ASSIGNMENT :: Word for word, return the lines from the top of the listing to the line containing "f 663 286 284", both ends included, and no others.

DATA ::
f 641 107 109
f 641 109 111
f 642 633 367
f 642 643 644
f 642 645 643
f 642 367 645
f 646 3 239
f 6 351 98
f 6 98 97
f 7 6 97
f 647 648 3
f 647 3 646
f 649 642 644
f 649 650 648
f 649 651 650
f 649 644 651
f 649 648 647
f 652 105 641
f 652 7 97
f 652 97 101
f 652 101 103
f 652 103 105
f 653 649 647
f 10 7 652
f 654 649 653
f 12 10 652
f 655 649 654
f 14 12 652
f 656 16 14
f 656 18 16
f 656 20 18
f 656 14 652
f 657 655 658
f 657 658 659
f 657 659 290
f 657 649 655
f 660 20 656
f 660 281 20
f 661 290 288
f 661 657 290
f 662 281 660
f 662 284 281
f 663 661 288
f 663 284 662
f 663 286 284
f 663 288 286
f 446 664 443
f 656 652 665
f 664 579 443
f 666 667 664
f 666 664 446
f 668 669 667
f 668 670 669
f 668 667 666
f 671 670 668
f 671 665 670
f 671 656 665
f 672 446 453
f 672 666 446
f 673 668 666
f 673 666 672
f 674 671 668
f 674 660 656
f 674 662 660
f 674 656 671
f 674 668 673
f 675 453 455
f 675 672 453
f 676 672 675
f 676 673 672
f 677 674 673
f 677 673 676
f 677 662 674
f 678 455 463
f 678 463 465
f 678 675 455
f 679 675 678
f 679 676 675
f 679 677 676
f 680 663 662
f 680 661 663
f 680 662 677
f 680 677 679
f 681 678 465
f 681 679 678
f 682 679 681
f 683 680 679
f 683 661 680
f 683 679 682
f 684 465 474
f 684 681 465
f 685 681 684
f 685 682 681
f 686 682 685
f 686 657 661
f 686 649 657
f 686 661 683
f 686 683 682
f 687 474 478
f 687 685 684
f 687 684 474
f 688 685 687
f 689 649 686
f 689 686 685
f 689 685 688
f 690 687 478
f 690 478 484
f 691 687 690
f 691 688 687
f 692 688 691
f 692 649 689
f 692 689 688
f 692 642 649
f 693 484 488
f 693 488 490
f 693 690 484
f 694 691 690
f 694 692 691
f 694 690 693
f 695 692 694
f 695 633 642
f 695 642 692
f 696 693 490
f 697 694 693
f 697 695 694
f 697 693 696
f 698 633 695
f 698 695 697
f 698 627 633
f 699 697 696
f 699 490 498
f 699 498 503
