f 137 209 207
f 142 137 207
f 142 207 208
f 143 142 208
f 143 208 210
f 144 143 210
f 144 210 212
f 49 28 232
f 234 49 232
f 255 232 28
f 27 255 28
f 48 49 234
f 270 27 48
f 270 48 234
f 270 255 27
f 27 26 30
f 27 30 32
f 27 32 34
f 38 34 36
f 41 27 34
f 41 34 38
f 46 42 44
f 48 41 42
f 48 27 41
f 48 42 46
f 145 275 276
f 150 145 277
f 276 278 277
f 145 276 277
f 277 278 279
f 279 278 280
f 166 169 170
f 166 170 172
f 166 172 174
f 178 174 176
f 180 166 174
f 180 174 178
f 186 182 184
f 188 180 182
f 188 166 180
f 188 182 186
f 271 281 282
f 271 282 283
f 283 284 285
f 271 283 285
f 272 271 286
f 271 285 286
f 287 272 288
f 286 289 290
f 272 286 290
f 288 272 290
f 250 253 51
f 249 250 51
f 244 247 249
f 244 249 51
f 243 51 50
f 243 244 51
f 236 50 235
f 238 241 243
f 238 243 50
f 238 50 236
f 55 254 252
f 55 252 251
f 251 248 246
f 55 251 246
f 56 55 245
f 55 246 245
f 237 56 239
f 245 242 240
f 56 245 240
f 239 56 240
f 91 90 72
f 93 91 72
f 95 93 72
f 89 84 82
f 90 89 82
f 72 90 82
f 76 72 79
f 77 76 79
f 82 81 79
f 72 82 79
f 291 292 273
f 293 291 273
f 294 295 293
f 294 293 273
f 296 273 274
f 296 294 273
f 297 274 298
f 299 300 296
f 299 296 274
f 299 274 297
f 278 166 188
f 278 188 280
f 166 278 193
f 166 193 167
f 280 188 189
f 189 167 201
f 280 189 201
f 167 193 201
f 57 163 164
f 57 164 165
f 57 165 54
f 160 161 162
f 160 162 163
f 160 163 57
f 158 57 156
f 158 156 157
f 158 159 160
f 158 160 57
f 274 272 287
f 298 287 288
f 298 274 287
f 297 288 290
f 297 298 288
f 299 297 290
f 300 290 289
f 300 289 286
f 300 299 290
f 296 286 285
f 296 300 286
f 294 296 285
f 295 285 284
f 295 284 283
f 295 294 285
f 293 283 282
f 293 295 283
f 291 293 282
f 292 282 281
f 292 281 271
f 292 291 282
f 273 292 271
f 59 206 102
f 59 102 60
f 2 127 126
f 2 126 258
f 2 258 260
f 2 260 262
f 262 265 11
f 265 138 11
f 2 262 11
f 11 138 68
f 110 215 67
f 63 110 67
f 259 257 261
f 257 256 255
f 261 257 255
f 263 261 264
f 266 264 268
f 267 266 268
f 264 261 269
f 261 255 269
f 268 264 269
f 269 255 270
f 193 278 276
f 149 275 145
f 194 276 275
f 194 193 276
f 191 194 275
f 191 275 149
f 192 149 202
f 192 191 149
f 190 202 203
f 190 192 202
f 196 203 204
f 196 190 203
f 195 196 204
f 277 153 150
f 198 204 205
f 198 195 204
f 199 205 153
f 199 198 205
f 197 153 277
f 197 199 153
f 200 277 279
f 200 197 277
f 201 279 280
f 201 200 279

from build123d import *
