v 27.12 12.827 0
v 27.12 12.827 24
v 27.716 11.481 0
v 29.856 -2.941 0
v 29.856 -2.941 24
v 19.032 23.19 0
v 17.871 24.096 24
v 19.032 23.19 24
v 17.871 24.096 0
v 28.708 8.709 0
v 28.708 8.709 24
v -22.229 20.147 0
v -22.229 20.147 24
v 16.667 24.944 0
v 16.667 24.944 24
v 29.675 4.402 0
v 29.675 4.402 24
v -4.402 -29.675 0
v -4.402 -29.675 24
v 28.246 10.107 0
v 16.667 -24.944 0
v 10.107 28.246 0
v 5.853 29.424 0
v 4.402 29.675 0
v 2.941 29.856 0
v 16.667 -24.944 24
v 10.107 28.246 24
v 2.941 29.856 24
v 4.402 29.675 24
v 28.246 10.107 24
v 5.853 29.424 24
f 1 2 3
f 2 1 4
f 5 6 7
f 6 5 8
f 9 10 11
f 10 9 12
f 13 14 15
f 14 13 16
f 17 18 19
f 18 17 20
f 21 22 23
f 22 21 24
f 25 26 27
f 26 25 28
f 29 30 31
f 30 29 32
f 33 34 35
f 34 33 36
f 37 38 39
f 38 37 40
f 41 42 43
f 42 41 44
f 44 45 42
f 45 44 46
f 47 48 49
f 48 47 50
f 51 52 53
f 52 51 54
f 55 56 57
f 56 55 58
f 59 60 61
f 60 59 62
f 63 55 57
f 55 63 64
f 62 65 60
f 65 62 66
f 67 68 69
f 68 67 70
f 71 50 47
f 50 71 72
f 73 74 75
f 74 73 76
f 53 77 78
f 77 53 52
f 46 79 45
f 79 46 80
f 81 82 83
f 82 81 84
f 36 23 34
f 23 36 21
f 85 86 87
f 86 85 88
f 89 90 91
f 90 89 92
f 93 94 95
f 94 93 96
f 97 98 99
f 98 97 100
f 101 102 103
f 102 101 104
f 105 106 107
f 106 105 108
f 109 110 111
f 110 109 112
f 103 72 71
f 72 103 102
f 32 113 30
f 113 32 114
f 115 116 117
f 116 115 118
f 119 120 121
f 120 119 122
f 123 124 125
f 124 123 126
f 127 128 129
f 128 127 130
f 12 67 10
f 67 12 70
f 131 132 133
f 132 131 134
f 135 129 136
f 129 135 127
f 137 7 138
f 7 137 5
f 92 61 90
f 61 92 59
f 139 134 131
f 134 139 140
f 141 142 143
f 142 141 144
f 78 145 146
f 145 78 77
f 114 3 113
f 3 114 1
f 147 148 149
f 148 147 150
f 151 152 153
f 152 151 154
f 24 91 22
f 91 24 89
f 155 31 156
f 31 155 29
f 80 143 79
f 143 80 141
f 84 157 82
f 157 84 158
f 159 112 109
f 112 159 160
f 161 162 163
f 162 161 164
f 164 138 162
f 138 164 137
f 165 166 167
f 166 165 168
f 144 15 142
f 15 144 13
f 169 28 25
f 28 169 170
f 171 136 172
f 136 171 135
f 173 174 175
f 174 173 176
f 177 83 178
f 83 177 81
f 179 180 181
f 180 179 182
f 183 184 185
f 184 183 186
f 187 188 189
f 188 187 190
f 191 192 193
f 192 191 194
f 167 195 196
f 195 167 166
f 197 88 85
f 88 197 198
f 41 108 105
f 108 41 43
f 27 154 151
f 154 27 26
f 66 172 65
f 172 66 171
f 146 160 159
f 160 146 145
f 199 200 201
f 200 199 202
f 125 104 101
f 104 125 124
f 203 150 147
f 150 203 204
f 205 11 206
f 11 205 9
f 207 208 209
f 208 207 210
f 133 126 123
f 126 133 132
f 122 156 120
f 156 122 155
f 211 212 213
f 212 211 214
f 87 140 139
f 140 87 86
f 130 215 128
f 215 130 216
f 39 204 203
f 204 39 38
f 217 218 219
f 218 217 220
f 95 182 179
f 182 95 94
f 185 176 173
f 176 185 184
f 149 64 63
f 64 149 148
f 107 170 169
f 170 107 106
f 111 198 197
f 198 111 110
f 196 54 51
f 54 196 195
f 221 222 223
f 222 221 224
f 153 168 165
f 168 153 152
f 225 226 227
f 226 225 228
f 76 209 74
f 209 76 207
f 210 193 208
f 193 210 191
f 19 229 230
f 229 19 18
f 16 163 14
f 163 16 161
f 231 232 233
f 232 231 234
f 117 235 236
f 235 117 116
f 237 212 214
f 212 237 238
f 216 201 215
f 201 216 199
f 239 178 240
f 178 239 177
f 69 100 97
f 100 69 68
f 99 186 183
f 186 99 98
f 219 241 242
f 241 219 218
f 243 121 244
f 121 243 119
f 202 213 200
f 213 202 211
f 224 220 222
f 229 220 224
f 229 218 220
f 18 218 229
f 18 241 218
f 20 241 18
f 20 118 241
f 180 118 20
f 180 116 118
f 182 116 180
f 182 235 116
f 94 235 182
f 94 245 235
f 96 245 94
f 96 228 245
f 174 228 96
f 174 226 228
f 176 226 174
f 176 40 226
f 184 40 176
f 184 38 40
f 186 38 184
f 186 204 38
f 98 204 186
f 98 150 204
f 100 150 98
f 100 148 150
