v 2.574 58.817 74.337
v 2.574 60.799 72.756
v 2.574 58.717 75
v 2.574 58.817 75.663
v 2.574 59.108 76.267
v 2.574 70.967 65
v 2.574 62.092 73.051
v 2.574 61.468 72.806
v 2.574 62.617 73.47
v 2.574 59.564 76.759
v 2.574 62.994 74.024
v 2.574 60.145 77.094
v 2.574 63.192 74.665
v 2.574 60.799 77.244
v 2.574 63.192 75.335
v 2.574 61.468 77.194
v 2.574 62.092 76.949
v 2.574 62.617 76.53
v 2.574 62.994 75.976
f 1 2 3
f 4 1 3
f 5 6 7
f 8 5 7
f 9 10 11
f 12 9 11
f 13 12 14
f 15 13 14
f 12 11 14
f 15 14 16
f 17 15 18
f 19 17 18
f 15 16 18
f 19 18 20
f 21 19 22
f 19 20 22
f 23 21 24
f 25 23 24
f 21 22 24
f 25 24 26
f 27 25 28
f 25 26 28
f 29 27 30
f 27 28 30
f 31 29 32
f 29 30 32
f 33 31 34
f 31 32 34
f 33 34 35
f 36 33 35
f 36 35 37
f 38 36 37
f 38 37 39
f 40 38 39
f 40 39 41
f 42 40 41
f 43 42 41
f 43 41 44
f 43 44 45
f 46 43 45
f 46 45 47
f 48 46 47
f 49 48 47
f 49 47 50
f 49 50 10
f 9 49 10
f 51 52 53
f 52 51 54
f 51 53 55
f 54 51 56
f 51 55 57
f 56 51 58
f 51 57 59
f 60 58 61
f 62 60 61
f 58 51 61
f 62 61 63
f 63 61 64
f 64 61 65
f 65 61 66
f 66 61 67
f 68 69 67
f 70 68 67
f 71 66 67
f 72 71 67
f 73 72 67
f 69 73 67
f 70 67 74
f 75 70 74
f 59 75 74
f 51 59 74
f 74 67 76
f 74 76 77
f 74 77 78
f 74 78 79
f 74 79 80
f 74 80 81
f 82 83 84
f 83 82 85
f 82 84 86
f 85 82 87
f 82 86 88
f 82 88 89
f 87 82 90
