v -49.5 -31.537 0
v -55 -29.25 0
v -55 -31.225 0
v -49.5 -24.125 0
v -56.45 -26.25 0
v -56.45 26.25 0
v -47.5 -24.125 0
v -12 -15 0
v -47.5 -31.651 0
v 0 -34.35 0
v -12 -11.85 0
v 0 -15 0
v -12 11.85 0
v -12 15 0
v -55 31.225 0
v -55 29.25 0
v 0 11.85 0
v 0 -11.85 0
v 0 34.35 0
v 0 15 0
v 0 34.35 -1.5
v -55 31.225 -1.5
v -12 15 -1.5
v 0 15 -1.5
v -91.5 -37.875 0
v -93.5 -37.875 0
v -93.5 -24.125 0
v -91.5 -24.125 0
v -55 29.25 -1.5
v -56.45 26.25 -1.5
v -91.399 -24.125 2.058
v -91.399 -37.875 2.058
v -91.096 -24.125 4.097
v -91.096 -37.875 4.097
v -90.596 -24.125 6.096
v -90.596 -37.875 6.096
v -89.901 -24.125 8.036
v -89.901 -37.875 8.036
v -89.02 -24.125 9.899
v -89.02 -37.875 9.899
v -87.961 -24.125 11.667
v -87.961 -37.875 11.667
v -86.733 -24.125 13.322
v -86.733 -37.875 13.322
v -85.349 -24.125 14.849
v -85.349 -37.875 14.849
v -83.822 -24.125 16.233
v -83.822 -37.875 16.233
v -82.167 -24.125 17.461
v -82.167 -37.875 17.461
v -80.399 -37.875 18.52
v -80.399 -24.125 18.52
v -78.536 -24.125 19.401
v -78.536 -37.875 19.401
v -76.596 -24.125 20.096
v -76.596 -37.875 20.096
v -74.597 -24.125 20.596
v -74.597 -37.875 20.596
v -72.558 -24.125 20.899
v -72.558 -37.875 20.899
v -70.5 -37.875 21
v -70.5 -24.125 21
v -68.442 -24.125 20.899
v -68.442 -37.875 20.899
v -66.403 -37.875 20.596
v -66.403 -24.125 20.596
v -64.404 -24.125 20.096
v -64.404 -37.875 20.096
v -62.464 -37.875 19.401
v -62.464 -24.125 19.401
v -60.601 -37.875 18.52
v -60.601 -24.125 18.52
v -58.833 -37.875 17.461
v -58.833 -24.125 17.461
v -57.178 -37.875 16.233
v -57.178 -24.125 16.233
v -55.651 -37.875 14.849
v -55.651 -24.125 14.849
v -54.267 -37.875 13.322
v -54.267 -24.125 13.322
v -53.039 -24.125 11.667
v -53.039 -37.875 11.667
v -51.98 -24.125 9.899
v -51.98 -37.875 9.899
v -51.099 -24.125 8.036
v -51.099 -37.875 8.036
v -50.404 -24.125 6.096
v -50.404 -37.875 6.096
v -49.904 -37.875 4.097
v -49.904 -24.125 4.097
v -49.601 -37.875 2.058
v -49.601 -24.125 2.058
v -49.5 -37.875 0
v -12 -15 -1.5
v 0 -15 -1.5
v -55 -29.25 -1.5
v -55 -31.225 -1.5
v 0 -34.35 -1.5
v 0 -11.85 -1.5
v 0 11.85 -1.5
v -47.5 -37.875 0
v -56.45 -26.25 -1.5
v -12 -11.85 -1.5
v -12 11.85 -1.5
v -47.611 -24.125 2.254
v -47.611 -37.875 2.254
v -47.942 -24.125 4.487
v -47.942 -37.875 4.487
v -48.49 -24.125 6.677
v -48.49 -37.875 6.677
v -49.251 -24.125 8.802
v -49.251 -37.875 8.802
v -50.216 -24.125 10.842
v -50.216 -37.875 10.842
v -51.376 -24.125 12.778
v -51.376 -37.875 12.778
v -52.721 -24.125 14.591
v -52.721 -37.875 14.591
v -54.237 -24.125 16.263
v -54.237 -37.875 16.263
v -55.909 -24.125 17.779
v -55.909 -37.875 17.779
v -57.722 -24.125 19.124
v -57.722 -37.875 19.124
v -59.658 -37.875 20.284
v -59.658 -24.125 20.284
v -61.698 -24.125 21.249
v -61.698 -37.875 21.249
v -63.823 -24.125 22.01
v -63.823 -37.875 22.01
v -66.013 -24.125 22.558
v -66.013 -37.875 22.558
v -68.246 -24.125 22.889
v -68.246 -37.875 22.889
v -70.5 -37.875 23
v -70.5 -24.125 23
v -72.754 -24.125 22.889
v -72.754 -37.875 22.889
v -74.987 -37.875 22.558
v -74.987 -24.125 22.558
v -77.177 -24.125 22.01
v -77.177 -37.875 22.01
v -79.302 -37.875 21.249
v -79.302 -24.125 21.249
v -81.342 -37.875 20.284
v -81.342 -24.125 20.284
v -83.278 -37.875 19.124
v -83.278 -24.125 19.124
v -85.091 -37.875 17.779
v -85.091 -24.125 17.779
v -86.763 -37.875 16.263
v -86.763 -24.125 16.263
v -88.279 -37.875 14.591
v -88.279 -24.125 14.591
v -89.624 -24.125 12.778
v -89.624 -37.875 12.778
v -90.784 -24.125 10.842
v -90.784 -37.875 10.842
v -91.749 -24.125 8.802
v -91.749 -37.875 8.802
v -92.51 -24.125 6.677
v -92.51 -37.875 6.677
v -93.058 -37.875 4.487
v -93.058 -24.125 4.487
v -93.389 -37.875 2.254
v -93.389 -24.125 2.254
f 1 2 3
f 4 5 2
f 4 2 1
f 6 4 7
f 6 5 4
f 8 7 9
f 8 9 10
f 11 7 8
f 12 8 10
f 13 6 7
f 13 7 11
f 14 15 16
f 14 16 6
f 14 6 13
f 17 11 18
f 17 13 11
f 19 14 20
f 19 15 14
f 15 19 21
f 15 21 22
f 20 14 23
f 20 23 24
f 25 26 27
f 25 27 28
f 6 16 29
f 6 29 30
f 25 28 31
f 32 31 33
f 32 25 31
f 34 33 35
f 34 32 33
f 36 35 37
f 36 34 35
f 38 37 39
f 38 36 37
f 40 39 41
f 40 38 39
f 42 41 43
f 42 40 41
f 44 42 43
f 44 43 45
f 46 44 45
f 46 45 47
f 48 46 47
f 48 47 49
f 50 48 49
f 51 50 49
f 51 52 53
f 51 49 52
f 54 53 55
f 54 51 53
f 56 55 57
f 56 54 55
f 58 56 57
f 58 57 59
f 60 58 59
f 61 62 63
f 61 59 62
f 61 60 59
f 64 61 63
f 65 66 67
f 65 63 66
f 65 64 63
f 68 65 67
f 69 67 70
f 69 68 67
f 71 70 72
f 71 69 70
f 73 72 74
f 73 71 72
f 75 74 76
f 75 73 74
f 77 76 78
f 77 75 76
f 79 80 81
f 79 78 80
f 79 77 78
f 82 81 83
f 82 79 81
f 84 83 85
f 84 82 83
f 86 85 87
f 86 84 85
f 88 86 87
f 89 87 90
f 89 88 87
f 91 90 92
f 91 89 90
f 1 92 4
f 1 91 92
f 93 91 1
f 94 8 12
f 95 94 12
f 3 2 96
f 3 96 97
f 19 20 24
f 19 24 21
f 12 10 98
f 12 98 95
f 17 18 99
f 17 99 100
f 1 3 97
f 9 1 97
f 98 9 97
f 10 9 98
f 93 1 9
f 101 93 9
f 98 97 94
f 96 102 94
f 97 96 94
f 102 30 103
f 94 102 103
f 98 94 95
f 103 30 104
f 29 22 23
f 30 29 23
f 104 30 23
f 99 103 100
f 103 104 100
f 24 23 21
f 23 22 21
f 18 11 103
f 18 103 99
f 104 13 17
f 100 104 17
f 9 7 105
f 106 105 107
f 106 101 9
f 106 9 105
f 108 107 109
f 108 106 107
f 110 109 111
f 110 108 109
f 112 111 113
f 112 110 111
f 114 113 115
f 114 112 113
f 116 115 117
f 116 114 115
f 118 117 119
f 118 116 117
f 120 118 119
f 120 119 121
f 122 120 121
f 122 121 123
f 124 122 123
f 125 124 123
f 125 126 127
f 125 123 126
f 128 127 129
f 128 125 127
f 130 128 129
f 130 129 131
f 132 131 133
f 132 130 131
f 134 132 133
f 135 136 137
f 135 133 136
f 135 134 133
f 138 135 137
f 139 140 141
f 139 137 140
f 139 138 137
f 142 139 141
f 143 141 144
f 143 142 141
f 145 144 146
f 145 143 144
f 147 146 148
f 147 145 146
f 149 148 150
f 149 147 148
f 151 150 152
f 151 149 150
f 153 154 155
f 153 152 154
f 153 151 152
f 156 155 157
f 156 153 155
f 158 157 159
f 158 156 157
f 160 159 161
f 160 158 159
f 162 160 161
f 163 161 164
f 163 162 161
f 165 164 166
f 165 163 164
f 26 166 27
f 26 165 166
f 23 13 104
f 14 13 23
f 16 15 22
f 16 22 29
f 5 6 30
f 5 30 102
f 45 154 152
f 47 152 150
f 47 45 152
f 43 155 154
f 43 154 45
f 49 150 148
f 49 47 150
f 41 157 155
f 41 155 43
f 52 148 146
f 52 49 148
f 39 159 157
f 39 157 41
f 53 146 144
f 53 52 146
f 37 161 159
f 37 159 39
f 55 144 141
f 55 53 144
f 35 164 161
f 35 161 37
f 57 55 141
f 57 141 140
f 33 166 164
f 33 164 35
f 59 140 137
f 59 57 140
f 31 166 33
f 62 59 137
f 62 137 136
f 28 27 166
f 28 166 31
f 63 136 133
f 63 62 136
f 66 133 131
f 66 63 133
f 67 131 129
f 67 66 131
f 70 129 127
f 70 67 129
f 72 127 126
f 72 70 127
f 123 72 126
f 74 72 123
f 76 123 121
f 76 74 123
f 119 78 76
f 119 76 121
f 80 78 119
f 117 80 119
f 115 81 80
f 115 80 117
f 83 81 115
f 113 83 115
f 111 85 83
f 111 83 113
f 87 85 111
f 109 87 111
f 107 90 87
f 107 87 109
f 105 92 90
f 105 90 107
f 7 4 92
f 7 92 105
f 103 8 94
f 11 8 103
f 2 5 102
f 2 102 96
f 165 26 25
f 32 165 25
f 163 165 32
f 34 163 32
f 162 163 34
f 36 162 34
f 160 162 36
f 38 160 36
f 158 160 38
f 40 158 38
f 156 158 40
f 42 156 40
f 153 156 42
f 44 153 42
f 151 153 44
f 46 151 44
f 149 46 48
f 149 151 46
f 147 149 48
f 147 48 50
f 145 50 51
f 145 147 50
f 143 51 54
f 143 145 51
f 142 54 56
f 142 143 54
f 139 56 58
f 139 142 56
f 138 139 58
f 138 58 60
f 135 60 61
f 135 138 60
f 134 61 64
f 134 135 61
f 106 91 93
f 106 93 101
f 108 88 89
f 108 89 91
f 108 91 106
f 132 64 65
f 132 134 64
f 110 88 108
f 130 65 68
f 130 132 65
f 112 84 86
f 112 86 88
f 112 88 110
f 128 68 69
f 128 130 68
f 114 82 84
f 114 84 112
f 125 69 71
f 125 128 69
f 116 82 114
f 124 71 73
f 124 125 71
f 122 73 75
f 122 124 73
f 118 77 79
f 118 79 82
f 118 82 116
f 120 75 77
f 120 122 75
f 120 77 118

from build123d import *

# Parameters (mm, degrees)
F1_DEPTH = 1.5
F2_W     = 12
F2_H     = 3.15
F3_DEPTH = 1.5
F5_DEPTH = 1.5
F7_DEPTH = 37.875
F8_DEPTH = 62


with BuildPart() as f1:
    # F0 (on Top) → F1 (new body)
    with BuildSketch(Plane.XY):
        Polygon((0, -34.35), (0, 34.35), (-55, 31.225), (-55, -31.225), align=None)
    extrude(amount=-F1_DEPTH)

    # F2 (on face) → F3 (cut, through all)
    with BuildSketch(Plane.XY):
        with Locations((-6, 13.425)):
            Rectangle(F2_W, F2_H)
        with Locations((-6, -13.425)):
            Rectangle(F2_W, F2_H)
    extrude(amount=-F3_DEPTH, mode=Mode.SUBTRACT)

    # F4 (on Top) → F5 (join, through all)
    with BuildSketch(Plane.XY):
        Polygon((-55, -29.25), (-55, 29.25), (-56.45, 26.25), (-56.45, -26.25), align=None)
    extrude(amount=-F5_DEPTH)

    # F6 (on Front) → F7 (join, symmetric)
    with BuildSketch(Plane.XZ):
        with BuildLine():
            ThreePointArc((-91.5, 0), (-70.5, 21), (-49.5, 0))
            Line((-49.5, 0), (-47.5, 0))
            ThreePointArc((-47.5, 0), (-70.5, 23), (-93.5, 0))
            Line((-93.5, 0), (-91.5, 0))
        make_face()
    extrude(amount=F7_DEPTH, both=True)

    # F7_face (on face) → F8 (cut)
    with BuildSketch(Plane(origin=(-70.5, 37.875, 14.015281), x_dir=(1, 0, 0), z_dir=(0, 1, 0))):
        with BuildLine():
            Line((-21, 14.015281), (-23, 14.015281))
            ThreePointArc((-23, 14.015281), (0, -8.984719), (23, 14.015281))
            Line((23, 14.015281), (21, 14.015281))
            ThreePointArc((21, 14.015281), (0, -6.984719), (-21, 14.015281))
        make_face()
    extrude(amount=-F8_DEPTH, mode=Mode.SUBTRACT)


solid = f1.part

RESPONSE TO THE TASK ::
f 641 107 109
f 641 109 111
f 642 633 367
f 642 643 644
f 642 645 643
f 642 367 645
f 646 3 239
f 6 351 98
f 6 98 97
f 7 6 97
f 647 648 3
f 647 3 646
f 649 642 644
f 649 650 648
f 649 651 650
f 649 644 651
f 649 648 647
f 652 105 641
f 652 7 97
f 652 97 101
f 652 101 103
f 652 103 105
f 653 649 647
f 10 7 652
f 654 649 653
f 12 10 652
f 655 649 654
f 14 12 652
f 656 16 14
f 656 18 16
f 656 20 18
f 656 14 652
f 657 655 658
f 657 658 659
f 657 659 290
f 657 649 655
f 660 20 656
f 660 281 20
f 661 290 288
f 661 657 290
f 662 281 660
f 662 284 281
f 663 661 288
f 663 284 662
f 663 286 284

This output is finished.